*Task details*:
Output the data that follows exactly, line for line.
Recorded data section start
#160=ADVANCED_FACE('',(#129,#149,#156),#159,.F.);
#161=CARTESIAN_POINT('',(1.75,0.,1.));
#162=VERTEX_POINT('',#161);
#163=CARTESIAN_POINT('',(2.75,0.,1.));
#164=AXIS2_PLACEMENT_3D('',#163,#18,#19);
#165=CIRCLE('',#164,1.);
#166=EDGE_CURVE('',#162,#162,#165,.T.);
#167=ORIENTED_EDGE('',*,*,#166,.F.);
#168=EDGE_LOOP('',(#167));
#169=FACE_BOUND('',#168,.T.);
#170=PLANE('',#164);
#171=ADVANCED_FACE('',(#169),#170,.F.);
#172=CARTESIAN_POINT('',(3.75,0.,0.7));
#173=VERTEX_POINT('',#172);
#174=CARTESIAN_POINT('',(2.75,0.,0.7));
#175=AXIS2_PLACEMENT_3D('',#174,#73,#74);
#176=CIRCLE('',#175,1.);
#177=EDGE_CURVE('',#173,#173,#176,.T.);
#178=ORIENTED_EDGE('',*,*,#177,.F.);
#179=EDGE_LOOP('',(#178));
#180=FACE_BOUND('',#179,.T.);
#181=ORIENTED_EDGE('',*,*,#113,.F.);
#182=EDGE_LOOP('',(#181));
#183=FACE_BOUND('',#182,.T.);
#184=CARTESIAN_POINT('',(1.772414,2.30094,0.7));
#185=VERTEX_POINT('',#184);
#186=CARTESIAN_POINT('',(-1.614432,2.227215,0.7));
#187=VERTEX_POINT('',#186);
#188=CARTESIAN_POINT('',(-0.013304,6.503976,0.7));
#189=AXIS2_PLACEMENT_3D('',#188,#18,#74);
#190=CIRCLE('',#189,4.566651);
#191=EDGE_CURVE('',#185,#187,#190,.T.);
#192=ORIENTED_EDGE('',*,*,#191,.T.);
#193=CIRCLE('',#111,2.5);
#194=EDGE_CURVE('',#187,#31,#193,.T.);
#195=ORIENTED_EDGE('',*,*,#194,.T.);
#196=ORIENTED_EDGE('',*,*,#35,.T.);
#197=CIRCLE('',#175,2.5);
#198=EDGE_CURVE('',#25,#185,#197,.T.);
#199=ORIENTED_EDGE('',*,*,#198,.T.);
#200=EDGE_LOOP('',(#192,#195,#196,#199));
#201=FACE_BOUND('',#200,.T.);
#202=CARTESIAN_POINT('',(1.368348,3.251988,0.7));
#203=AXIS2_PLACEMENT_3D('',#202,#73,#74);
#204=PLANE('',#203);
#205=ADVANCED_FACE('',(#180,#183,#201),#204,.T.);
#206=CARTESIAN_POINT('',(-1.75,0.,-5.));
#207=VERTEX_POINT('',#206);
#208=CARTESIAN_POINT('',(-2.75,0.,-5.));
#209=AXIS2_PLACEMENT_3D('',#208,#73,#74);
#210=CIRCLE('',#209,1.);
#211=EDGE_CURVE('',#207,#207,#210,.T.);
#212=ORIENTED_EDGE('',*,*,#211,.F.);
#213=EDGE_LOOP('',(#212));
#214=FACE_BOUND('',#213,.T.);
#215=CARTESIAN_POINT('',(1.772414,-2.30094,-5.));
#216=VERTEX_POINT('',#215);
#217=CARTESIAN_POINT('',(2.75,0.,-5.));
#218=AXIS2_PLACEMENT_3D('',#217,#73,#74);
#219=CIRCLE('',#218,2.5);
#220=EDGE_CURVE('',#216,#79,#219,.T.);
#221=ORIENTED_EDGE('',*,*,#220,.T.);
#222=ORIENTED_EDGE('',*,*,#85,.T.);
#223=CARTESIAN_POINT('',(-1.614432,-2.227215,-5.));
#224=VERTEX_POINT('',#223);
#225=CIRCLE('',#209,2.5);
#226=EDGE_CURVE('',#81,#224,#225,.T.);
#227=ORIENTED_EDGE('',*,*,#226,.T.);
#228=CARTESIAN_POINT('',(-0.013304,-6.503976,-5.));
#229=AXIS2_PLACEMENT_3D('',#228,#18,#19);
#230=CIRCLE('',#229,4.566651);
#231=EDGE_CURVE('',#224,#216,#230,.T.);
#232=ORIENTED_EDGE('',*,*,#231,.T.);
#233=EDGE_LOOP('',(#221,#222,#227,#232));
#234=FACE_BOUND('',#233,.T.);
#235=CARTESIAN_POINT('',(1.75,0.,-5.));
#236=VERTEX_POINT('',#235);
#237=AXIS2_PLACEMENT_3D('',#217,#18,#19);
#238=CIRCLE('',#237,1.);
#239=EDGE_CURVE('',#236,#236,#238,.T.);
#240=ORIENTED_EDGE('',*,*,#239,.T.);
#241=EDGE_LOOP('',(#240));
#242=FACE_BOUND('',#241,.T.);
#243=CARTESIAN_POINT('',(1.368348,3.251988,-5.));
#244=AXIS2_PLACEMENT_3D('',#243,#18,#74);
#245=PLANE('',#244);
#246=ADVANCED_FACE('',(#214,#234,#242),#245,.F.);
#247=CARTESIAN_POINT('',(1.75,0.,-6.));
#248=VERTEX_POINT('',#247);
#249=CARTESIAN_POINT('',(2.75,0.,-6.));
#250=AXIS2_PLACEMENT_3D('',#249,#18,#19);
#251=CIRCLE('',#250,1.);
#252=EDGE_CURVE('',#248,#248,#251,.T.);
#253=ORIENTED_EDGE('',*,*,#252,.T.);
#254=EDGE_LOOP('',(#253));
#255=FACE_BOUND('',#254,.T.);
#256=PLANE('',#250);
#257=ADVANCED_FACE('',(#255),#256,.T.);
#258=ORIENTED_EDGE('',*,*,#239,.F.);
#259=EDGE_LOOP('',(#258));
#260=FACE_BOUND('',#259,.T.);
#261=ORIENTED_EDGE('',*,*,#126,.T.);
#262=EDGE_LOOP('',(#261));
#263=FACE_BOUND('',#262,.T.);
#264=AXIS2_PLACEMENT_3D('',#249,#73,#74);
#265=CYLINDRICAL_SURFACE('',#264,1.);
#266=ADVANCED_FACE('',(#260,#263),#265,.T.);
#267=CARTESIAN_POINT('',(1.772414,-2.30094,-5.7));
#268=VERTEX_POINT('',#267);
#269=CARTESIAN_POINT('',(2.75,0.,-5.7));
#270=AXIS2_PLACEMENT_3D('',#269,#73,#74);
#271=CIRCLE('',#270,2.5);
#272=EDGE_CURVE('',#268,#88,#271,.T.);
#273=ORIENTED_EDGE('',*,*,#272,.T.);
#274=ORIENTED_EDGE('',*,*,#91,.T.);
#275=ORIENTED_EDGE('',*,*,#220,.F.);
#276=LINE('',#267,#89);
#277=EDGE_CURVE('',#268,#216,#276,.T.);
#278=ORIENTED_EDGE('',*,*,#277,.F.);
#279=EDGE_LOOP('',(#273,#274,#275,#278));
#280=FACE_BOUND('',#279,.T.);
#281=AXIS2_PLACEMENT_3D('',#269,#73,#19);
Recorded data section end
*Answer to the exercise*:
#160=ADVANCED_FACE('',(#129,#149,#156),#159,.F.);
#161=CARTESIAN_POINT('',(1.75,0.,1.));
#162=VERTEX_POINT('',#161);
#163=CARTESIAN_POINT('',(2.75,0.,1.));
#164=AXIS2_PLACEMENT_3D('',#163,#18,#19);
#165=CIRCLE('',#164,1.);
#166=EDGE_CURVE('',#162,#162,#165,.T.);
#167=ORIENTED_EDGE('',*,*,#166,.F.);
#168=EDGE_LOOP('',(#167));
#169=FACE_BOUND('',#168,.T.);
#170=PLANE('',#164);
#171=ADVANCED_FACE('',(#169),#170,.F.);
#172=CARTESIAN_POINT('',(3.75,0.,0.7));
#173=VERTEX_POINT('',#172);
#174=CARTESIAN_POINT('',(2.75,0.,0.7));
#175=AXIS2_PLACEMENT_3D('',#174,#73,#74);
#176=CIRCLE('',#175,1.);
#177=EDGE_CURVE('',#173,#173,#176,.T.);
#178=ORIENTED_EDGE('',*,*,#177,.F.);
#179=EDGE_LOOP('',(#178));
#180=FACE_BOUND('',#179,.T.);
#181=ORIENTED_EDGE('',*,*,#113,.F.);
#182=EDGE_LOOP('',(#181));
#183=FACE_BOUND('',#182,.T.);
#184=CARTESIAN_POINT('',(1.772414,2.30094,0.7));
#185=VERTEX_POINT('',#184);
#186=CARTESIAN_POINT('',(-1.614432,2.227215,0.7));
#187=VERTEX_POINT('',#186);
#188=CARTESIAN_POINT('',(-0.013304,6.503976,0.7));
#189=AXIS2_PLACEMENT_3D('',#188,#18,#74);
#190=CIRCLE('',#189,4.566651);
#191=EDGE_CURVE('',#185,#187,#190,.T.);
#192=ORIENTED_EDGE('',*,*,#191,.T.);
#193=CIRCLE('',#111,2.5);
#194=EDGE_CURVE('',#187,#31,#193,.T.);
#195=ORIENTED_EDGE('',*,*,#194,.T.);
#196=ORIENTED_EDGE('',*,*,#35,.T.);
#197=CIRCLE('',#175,2.5);
#198=EDGE_CURVE('',#25,#185,#197,.T.);
#199=ORIENTED_EDGE('',*,*,#198,.T.);
#200=EDGE_LOOP('',(#192,#195,#196,#199));
#201=FACE_BOUND('',#200,.T.);
#202=CARTESIAN_POINT('',(1.368348,3.251988,0.7));
#203=AXIS2_PLACEMENT_3D('',#202,#73,#74);
#204=PLANE('',#203);
#205=ADVANCED_FACE('',(#180,#183,#201),#204,.T.);
#206=CARTESIAN_POINT('',(-1.75,0.,-5.));
#207=VERTEX_POINT('',#206);
#208=CARTESIAN_POINT('',(-2.75,0.,-5.));
#209=AXIS2_PLACEMENT_3D('',#208,#73,#74);
#210=CIRCLE('',#209,1.);
#211=EDGE_CURVE('',#207,#207,#210,.T.);
#212=ORIENTED_EDGE('',*,*,#211,.F.);
#213=EDGE_LOOP('',(#212));
#214=FACE_BOUND('',#213,.T.);
#215=CARTESIAN_POINT('',(1.772414,-2.30094,-5.));
#216=VERTEX_POINT('',#215);
#217=CARTESIAN_POINT('',(2.75,0.,-5.));
#218=AXIS2_PLACEMENT_3D('',#217,#73,#74);
#219=CIRCLE('',#218,2.5);
#220=EDGE_CURVE('',#216,#79,#219,.T.);
#221=ORIENTED_EDGE('',*,*,#220,.T.);
#222=ORIENTED_EDGE('',*,*,#85,.T.);
#223=CARTESIAN_POINT('',(-1.614432,-2.227215,-5.));
#224=VERTEX_POINT('',#223);
#225=CIRCLE('',#209,2.5);
#226=EDGE_CURVE('',#81,#224,#225,.T.);
#227=ORIENTED_EDGE('',*,*,#226,.T.);
#228=CARTESIAN_POINT('',(-0.013304,-6.503976,-5.));
#229=AXIS2_PLACEMENT_3D('',#228,#18,#19);
#230=CIRCLE('',#229,4.566651);
#231=EDGE_CURVE('',#224,#216,#230,.T.);
#232=ORIENTED_EDGE('',*,*,#231,.T.);
#233=EDGE_LOOP('',(#221,#222,#227,#232));
#234=FACE_BOUND('',#233,.T.);
#235=CARTESIAN_POINT('',(1.75,0.,-5.));
#236=VERTEX_POINT('',#235);
#237=AXIS2_PLACEMENT_3D('',#217,#18,#19);
#238=CIRCLE('',#237,1.);
#239=EDGE_CURVE('',#236,#236,#238,.T.);
#240=ORIENTED_EDGE('',*,*,#239,.T.);
#241=EDGE_LOOP('',(#240));
#242=FACE_BOUND('',#241,.T.);
#243=CARTESIAN_POINT('',(1.368348,3.251988,-5.));
#244=AXIS2_PLACEMENT_3D('',#243,#18,#74);
#245=PLANE('',#244);
#246=ADVANCED_FACE('',(#214,#234,#242),#245,.F.);
#247=CARTESIAN_POINT('',(1.75,0.,-6.));
#248=VERTEX_POINT('',#247);
#249=CARTESIAN_POINT('',(2.75,0.,-6.));
#250=AXIS2_PLACEMENT_3D('',#249,#18,#19);
#251=CIRCLE('',#250,1.);
#252=EDGE_CURVE('',#248,#248,#251,.T.);
#253=ORIENTED_EDGE('',*,*,#252,.T.);
#254=EDGE_LOOP('',(#253));
#255=FACE_BOUND('',#254,.T.);
#256=PLANE('',#250);
#257=ADVANCED_FACE('',(#255),#256,.T.);
#258=ORIENTED_EDGE('',*,*,#239,.F.);
#259=EDGE_LOOP('',(#258));
#260=FACE_BOUND('',#259,.T.);
#261=ORIENTED_EDGE('',*,*,#126,.T.);
#262=EDGE_LOOP('',(#261));
#263=FACE_BOUND('',#262,.T.);
#264=AXIS2_PLACEMENT_3D('',#249,#73,#74);
#265=CYLINDRICAL_SURFACE('',#264,1.);
#266=ADVANCED_FACE('',(#260,#263),#265,.T.);
#267=CARTESIAN_POINT('',(1.772414,-2.30094,-5.7));
#268=VERTEX_POINT('',#267);
#269=CARTESIAN_POINT('',(2.75,0.,-5.7));
#270=AXIS2_PLACEMENT_3D('',#269,#73,#74);
#271=CIRCLE('',#270,2.5);
#272=EDGE_CURVE('',#268,#88,#271,.T.);
#273=ORIENTED_EDGE('',*,*,#272,.T.);
#274=ORIENTED_EDGE('',*,*,#91,.T.);
#275=ORIENTED_EDGE('',*,*,#220,.F.);
#276=LINE('',#267,#89);
#277=EDGE_CURVE('',#268,#216,#276,.T.);
#278=ORIENTED_EDGE('',*,*,#277,.F.);
#279=EDGE_LOOP('',(#273,#274,#275,#278));
#280=FACE_BOUND('',#279,.T.);
#281=AXIS2_PLACEMENT_3D('',#269,#73,#19);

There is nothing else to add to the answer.